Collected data
==*==
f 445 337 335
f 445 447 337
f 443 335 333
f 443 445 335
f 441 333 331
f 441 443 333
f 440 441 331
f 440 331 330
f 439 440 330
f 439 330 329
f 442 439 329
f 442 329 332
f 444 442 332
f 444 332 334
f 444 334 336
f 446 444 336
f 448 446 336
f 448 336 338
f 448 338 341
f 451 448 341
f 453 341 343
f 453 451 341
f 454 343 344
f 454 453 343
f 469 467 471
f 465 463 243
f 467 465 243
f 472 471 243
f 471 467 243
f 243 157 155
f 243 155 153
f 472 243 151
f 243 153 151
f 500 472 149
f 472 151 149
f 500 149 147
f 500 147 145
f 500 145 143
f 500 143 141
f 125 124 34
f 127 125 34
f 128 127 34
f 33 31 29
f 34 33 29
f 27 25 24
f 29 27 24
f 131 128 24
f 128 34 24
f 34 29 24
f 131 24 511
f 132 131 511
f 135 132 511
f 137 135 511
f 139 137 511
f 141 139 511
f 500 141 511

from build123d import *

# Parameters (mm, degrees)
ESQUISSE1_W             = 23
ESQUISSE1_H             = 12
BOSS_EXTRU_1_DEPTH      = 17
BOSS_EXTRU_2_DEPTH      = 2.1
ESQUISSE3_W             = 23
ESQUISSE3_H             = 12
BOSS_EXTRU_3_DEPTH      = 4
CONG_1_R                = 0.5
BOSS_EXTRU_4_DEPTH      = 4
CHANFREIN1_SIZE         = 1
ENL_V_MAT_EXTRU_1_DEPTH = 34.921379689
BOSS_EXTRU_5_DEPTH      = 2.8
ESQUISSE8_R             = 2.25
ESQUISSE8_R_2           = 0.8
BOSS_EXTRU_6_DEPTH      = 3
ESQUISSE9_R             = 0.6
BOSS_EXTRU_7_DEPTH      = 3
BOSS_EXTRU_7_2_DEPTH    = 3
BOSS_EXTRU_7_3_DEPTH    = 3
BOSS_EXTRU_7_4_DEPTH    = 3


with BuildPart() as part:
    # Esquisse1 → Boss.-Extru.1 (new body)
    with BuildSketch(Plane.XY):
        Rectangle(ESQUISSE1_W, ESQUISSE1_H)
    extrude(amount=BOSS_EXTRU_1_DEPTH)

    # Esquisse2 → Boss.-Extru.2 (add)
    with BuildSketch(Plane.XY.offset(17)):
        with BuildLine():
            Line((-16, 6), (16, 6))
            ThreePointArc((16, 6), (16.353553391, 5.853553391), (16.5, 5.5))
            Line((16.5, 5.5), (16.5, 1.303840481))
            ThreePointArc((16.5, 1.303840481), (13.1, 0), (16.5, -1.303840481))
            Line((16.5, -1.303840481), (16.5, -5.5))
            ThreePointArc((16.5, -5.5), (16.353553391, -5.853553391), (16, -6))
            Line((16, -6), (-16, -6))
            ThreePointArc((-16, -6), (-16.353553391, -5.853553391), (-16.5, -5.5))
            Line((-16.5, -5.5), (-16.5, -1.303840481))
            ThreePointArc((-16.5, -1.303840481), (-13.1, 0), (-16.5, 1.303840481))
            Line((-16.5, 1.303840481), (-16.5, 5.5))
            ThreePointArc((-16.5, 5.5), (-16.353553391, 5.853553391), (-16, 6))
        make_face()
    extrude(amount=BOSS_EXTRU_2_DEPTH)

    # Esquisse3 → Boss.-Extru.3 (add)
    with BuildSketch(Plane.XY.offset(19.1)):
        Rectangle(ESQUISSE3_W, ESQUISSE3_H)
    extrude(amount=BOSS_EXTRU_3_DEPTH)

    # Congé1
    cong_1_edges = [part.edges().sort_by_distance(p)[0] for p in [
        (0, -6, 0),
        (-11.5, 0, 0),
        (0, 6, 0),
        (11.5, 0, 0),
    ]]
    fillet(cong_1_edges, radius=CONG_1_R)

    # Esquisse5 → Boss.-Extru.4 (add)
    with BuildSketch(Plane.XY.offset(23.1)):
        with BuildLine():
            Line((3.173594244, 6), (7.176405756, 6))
==*==
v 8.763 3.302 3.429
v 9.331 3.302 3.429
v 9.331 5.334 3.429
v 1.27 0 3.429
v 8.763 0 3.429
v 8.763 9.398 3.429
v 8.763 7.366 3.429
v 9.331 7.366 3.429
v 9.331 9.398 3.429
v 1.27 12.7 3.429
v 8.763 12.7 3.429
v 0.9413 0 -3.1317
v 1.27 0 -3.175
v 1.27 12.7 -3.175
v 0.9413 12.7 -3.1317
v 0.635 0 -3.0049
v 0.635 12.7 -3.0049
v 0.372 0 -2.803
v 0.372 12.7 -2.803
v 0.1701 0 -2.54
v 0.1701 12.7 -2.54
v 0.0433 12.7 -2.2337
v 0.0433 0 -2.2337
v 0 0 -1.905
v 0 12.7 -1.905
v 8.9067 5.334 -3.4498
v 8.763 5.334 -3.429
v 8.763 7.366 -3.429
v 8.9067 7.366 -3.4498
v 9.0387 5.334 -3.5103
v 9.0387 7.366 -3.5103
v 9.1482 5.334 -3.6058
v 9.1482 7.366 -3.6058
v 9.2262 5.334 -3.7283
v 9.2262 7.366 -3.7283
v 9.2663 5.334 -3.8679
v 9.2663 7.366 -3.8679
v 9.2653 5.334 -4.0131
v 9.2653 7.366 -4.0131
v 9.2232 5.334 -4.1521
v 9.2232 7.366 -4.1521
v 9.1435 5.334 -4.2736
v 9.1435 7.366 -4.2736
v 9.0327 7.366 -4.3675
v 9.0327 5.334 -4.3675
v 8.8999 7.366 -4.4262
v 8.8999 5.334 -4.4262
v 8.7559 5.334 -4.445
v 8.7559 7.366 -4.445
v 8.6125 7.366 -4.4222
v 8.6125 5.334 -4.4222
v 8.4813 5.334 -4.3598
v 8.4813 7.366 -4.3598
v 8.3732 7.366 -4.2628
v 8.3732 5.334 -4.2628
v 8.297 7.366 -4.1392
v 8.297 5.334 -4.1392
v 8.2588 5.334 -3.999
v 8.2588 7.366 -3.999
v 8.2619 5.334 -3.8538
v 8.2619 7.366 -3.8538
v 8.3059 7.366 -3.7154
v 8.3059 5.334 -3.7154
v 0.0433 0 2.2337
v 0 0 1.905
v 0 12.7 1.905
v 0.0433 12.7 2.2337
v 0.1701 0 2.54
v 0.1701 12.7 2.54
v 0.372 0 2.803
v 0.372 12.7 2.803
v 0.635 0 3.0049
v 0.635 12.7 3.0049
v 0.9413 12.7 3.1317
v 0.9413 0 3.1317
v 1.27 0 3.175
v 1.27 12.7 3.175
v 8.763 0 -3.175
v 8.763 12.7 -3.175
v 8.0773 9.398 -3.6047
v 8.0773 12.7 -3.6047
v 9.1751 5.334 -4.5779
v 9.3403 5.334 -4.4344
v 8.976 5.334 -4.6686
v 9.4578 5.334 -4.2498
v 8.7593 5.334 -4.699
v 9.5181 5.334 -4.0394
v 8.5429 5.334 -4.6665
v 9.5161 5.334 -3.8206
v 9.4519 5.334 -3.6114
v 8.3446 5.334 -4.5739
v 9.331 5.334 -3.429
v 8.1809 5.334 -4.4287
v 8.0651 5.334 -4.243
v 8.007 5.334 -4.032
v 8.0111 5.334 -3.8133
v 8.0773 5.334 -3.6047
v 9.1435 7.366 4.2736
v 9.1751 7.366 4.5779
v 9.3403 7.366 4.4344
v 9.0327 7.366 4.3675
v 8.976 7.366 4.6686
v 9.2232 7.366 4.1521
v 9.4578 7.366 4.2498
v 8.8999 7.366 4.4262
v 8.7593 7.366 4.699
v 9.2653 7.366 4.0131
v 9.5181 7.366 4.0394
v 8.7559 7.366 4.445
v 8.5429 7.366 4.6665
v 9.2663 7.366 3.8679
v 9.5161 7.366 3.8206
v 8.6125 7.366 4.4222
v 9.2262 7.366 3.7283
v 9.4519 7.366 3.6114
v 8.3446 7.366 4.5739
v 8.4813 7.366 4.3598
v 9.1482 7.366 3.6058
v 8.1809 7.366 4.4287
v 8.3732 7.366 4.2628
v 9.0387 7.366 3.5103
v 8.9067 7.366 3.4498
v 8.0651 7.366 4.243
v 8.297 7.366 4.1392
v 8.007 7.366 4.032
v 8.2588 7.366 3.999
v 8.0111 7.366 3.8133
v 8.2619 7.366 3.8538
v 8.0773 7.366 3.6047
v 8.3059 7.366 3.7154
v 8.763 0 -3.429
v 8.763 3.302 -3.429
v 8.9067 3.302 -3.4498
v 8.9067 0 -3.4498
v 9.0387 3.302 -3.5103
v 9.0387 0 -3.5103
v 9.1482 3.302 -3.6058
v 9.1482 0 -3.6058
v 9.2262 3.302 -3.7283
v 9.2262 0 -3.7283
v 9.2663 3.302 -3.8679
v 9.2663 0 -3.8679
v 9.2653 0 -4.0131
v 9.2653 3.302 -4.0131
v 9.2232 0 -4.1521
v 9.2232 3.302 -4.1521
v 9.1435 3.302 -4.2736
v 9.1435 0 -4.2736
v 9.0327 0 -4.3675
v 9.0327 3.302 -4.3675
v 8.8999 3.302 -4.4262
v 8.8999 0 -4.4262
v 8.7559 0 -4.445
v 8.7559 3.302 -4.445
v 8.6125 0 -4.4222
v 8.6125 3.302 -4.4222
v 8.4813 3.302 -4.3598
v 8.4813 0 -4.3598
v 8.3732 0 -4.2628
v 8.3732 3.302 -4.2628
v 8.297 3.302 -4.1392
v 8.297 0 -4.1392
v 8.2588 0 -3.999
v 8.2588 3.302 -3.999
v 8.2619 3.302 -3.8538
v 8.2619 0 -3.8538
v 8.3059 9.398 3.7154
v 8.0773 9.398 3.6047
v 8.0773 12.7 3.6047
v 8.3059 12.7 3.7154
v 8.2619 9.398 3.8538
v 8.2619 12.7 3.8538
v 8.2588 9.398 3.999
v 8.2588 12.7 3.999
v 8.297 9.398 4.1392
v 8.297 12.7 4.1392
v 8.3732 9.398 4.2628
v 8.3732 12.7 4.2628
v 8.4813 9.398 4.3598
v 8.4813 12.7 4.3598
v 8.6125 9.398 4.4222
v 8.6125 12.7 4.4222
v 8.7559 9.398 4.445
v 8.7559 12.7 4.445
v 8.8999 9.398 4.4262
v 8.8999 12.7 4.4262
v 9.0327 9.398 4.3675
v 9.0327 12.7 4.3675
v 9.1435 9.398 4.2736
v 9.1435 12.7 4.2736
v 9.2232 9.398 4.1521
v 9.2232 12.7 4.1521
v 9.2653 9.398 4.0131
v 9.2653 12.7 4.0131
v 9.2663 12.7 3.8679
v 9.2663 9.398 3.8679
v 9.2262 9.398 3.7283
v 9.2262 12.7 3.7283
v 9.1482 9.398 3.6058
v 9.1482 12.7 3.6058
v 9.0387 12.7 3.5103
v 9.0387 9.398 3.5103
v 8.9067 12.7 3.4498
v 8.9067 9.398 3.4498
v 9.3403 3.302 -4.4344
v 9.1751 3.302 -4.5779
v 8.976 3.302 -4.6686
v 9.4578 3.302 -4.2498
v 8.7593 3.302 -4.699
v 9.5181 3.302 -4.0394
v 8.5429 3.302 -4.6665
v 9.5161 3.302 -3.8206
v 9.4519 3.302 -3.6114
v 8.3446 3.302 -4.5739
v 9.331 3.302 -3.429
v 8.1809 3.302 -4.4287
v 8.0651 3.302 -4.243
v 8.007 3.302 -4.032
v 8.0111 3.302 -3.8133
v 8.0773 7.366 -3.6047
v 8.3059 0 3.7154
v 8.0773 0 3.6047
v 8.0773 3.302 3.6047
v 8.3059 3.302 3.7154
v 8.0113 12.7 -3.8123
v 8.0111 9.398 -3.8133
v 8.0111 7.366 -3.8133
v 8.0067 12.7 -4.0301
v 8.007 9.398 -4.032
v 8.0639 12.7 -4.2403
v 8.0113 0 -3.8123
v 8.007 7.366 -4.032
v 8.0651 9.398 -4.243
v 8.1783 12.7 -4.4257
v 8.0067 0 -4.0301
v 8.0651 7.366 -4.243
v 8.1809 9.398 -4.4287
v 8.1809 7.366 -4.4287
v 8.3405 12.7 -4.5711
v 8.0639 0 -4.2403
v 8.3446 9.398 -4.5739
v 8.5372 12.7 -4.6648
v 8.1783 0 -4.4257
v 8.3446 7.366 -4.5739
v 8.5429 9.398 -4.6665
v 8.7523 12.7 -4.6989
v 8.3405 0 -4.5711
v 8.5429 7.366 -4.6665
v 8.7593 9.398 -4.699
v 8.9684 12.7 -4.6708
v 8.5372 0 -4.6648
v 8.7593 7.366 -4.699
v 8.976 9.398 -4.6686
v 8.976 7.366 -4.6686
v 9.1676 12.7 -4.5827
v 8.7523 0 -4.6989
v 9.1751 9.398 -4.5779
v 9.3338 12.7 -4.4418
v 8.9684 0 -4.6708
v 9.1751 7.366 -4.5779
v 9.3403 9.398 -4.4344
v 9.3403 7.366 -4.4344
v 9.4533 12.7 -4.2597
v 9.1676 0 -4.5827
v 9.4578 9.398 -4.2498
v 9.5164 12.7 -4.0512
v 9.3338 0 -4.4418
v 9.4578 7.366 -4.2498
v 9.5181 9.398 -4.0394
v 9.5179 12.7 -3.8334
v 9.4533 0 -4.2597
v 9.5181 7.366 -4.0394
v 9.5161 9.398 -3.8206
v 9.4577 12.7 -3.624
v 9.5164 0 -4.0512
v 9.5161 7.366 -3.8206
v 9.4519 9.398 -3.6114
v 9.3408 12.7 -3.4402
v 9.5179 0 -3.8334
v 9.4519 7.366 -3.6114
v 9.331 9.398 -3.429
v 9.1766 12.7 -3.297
==*==
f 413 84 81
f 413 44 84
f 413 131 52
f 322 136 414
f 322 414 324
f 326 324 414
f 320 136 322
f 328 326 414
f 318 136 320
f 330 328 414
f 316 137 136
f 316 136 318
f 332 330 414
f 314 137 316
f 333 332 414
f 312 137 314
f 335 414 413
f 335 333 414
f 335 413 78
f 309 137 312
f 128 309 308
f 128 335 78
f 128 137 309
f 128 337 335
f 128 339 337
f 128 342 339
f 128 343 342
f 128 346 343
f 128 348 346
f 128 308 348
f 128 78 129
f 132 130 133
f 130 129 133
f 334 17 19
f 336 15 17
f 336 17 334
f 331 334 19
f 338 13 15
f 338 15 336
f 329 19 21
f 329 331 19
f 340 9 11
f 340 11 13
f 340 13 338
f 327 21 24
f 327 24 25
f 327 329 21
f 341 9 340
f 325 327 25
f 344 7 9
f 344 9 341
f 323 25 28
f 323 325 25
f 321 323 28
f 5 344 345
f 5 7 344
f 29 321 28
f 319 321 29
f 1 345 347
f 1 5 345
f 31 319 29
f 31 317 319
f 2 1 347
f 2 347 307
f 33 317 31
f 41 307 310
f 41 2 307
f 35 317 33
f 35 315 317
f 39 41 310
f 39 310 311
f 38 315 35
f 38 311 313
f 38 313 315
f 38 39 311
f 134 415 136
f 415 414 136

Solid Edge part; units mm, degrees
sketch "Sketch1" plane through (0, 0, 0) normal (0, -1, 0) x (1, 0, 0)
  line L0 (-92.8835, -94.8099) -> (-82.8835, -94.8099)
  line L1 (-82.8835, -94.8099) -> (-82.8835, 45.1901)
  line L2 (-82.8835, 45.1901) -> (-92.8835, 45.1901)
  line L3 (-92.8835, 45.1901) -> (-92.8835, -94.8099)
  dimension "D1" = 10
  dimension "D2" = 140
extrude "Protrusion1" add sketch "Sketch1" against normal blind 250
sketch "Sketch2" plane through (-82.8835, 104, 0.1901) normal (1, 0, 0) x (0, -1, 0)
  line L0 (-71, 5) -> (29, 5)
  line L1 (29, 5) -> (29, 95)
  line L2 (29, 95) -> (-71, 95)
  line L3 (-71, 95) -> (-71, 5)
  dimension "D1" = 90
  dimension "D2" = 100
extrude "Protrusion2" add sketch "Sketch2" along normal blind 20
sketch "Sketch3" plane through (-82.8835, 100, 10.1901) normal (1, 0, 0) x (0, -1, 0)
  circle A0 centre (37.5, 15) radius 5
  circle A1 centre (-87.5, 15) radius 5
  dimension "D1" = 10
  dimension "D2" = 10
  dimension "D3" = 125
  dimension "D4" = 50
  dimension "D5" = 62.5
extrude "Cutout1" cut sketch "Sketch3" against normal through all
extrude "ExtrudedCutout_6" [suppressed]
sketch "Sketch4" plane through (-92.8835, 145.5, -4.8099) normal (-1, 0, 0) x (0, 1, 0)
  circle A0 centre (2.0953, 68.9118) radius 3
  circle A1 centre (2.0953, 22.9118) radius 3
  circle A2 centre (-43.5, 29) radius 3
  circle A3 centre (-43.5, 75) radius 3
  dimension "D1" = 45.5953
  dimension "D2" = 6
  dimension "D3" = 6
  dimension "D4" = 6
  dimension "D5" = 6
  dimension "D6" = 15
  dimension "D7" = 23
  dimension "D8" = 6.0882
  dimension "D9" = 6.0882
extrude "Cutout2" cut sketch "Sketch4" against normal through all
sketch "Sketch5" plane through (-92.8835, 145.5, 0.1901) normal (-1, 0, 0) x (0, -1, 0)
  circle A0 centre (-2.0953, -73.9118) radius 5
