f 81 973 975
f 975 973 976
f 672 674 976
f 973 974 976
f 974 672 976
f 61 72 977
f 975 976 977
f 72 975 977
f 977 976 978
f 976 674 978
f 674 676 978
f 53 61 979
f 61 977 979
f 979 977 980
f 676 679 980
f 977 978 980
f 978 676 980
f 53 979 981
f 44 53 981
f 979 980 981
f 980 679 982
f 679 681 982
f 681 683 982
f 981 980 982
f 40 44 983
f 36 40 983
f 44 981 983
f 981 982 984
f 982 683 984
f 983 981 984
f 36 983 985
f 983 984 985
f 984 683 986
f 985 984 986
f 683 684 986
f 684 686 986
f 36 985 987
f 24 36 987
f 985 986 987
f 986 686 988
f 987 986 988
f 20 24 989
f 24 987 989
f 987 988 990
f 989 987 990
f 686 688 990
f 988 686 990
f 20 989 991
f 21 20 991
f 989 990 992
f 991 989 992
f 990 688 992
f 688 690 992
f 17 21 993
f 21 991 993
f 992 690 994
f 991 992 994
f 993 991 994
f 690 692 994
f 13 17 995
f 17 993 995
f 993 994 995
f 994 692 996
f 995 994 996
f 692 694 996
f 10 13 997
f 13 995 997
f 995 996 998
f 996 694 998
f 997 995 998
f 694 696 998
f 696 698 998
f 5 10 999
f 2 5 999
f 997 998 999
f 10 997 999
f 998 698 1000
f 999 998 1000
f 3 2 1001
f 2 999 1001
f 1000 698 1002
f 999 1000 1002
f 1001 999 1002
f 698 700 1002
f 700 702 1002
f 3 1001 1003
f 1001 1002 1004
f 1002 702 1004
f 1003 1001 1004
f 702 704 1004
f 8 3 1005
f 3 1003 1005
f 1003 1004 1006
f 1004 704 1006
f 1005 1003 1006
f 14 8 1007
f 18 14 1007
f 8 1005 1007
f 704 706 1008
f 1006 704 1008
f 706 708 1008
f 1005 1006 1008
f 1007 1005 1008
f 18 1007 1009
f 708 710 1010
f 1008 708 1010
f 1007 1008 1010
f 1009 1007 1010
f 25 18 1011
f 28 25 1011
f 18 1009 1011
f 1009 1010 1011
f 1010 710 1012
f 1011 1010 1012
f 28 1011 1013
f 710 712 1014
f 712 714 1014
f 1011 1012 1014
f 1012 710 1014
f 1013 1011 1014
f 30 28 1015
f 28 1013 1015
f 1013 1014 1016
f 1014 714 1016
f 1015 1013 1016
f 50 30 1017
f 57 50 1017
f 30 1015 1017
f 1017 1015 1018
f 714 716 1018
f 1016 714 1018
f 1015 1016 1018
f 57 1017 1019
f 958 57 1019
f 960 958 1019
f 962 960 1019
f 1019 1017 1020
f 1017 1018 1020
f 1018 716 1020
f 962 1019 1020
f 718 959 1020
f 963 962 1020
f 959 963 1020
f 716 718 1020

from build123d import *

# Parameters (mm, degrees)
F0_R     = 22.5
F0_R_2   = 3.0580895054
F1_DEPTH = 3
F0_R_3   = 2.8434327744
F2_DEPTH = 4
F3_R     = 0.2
==*==
■ WHAT TO WORK ON:
From the entries above, print the lines beginning at the one with "v 8.9684 12.7 -4.6708" and stopping after the one with "v 9.5179 0 -3.8334", exactly as written and with nothing else.

■ EXERCISE OUTPUT:
v 8.9684 12.7 -4.6708
v 8.5372 0 -4.6648
v 8.7593 7.366 -4.699
v 8.976 9.398 -4.6686
v 8.976 7.366 -4.6686
v 9.1676 12.7 -4.5827
v 8.7523 0 -4.6989
v 9.1751 9.398 -4.5779
v 9.3338 12.7 -4.4418
v 8.9684 0 -4.6708
v 9.1751 7.366 -4.5779
v 9.3403 9.398 -4.4344
v 9.3403 7.366 -4.4344
v 9.4533 12.7 -4.2597
v 9.1676 0 -4.5827
v 9.4578 9.398 -4.2498
v 9.5164 12.7 -4.0512
v 9.3338 0 -4.4418
v 9.4578 7.366 -4.2498
v 9.5181 9.398 -4.0394
v 9.5179 12.7 -3.8334
v 9.4533 0 -4.2597
v 9.5181 7.366 -4.0394
v 9.5161 9.398 -3.8206
v 9.4577 12.7 -3.624
v 9.5164 0 -4.0512
v 9.5161 7.366 -3.8206
v 9.4519 9.398 -3.6114
v 9.3408 12.7 -3.4402
v 9.5179 0 -3.8334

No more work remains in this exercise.